Gravitational radiation from thermal mountains on accreting neutron stars: sources of temperature non-axisymmetry

TL;DR

This paper investigates how internal magnetic fields and thermal conductivity anisotropies in accreting neutron stars can create temperature asymmetries, leading to gravitational wave emission, with improved models suggesting detectable signals.

Contribution

It extends previous models by including the entire star and realistic microphysics, showing larger temperature asymmetries and potential for gravitational wave detection.

Findings

Temperature asymmetries can be up to 1000 times larger than previous estimates.

Magnetic fields of about 10^{12} G can generate significant asymmetries.

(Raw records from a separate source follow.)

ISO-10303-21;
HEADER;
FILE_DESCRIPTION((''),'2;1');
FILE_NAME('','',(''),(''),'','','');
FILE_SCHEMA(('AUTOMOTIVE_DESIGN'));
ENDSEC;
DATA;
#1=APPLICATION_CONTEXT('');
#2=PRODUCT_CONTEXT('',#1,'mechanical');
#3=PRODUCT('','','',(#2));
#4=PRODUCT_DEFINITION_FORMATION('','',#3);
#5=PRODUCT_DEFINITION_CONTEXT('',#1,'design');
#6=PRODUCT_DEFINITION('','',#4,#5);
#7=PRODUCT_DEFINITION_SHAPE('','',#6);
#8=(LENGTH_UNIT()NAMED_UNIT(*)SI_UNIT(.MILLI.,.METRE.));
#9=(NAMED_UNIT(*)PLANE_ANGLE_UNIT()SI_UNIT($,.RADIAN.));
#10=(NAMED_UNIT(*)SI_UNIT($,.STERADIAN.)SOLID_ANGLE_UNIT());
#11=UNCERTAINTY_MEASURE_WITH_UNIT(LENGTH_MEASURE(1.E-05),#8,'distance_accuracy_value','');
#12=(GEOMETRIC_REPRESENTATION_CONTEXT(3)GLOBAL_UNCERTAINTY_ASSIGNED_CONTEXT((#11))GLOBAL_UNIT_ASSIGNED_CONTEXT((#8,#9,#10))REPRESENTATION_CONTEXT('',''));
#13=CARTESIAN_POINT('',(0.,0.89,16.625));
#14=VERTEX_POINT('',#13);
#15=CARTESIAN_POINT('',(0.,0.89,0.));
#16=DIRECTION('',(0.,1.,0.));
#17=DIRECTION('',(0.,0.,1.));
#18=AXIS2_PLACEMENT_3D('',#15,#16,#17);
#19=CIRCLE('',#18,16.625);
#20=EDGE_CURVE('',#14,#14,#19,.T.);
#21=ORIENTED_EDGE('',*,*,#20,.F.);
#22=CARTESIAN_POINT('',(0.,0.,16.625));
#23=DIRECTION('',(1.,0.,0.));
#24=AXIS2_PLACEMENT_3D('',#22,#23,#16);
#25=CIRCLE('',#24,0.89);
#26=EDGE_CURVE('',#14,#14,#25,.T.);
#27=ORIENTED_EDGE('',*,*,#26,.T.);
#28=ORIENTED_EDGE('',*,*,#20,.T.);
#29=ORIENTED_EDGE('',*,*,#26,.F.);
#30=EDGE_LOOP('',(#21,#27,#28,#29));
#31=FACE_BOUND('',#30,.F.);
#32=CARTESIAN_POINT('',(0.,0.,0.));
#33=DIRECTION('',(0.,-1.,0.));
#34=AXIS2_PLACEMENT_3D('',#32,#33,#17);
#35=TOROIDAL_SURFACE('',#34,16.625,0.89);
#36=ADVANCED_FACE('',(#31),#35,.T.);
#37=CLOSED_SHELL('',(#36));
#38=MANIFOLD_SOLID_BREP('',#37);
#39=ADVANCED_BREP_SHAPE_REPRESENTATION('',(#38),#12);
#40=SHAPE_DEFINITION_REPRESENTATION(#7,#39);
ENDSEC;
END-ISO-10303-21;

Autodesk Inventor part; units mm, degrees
ref_plane "YZ Plane" through (0, 0, 0) normal (1, 0, 0) x (0, 1, 0)
ref_plane "XZ Plane" through (0, 0, 0) normal (0, 1, 0) x (-1, 0, 0)
ref_plane "XY Plane" through (0, 0, 0) normal (0, 0, 1) x (1, 0, 0)
sketch "Sketch1" plane through (0, 0, 0) normal (1, 0, 0) x (0, 1, 0)
  circle A0 centre (0, 16.625) radius 0.89
  line L0 (0, 0) -> (2.0755, 0)
  dimension "d0" = 1.78
  dimension "d1" = 16.625
revolve "Revolution1" add sketch "Sketch1" angle 360 about axis through (0, 0, 0) along (0, 1, 0)
properties part number "Oring 2-026" material "Rubber"
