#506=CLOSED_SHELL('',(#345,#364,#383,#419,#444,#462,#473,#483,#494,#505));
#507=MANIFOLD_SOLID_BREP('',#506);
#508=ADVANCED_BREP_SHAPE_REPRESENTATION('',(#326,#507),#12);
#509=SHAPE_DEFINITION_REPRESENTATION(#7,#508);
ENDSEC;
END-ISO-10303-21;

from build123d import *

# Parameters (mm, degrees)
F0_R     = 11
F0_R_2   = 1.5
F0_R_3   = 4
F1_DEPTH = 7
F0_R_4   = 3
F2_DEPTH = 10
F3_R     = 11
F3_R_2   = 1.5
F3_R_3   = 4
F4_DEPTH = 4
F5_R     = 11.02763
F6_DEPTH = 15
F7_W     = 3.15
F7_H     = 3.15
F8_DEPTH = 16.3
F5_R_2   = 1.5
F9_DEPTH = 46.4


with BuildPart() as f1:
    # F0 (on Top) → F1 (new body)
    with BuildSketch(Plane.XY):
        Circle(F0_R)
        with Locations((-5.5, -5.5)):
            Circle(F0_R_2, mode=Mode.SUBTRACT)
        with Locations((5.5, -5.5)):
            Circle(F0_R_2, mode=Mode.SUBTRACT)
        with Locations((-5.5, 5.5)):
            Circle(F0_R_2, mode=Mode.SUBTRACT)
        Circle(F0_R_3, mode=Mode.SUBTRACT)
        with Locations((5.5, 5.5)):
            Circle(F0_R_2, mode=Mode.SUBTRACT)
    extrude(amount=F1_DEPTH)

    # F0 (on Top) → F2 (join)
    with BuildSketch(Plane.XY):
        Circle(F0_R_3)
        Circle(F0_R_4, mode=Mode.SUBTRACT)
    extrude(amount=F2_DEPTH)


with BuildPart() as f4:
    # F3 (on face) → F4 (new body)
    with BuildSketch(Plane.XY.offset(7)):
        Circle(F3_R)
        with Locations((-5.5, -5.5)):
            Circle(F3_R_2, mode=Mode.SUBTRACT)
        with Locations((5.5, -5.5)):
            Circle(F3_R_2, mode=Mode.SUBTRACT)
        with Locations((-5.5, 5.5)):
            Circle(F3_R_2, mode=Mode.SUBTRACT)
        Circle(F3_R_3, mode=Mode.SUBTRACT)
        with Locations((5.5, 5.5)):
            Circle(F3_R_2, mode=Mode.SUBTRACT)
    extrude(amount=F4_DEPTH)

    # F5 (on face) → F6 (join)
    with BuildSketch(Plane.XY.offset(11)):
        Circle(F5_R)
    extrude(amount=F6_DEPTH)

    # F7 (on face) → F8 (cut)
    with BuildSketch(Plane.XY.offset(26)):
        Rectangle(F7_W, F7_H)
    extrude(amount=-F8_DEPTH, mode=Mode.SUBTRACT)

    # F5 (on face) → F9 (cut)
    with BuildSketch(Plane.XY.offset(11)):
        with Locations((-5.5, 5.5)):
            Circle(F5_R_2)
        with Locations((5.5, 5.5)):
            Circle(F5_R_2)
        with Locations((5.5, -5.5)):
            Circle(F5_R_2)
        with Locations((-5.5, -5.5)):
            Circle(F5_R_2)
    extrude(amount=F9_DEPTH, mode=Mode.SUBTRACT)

Enhanced models improve prospects for detecting gravitational waves from neutron stars.

Abstract

The spin-distribution of accreting neutron stars in low-mass X-ray binary (LMXB) systems shows a concentration of pulsars well below the Keplarian break-up limit. It has been suggested that their spin frequencies may be limited by the emission of gravitational waves, due to the presence of large-scale asymmetries in the internal temperature profile of the star. These temperature asymmetries have been demonstrated to lead to a non-axisymmetric mass-distribution, or `mountain', that generates gravitational waves at twice the spin frequency. The presence of a toroidal magnetic field in the interior of accreting neutron stars has been shown to introduce such anisotropies in the star's thermal conductivity, by restricting the flow of heat orthogonal to the magnetic field and establishing a non-axisymmetric temperature distribution within the star. We revisit this mechanism, extending the computational domain from (only) the crust to the entire star, incorporating more realistic microphysics, and exploring different choices of outer boundary condition. By allowing a magnetic field to permeate the core of the neutron star, we find that the likely level of temperature asymmetry in the inner crust ($\rho \sim 10^{13}$ g cm$^{-3}$) can be up to 3 orders of magnitude greater than the previous estimate, improving prospects for one day detecting continuous gravitational radiation. We also show that temperature asymmetries sufficiently large to be interesting for gravitational wave emission can be generated in strongly accreting neutron stars if crustal magnetic fields can reach $\sim 10^{12}$ G.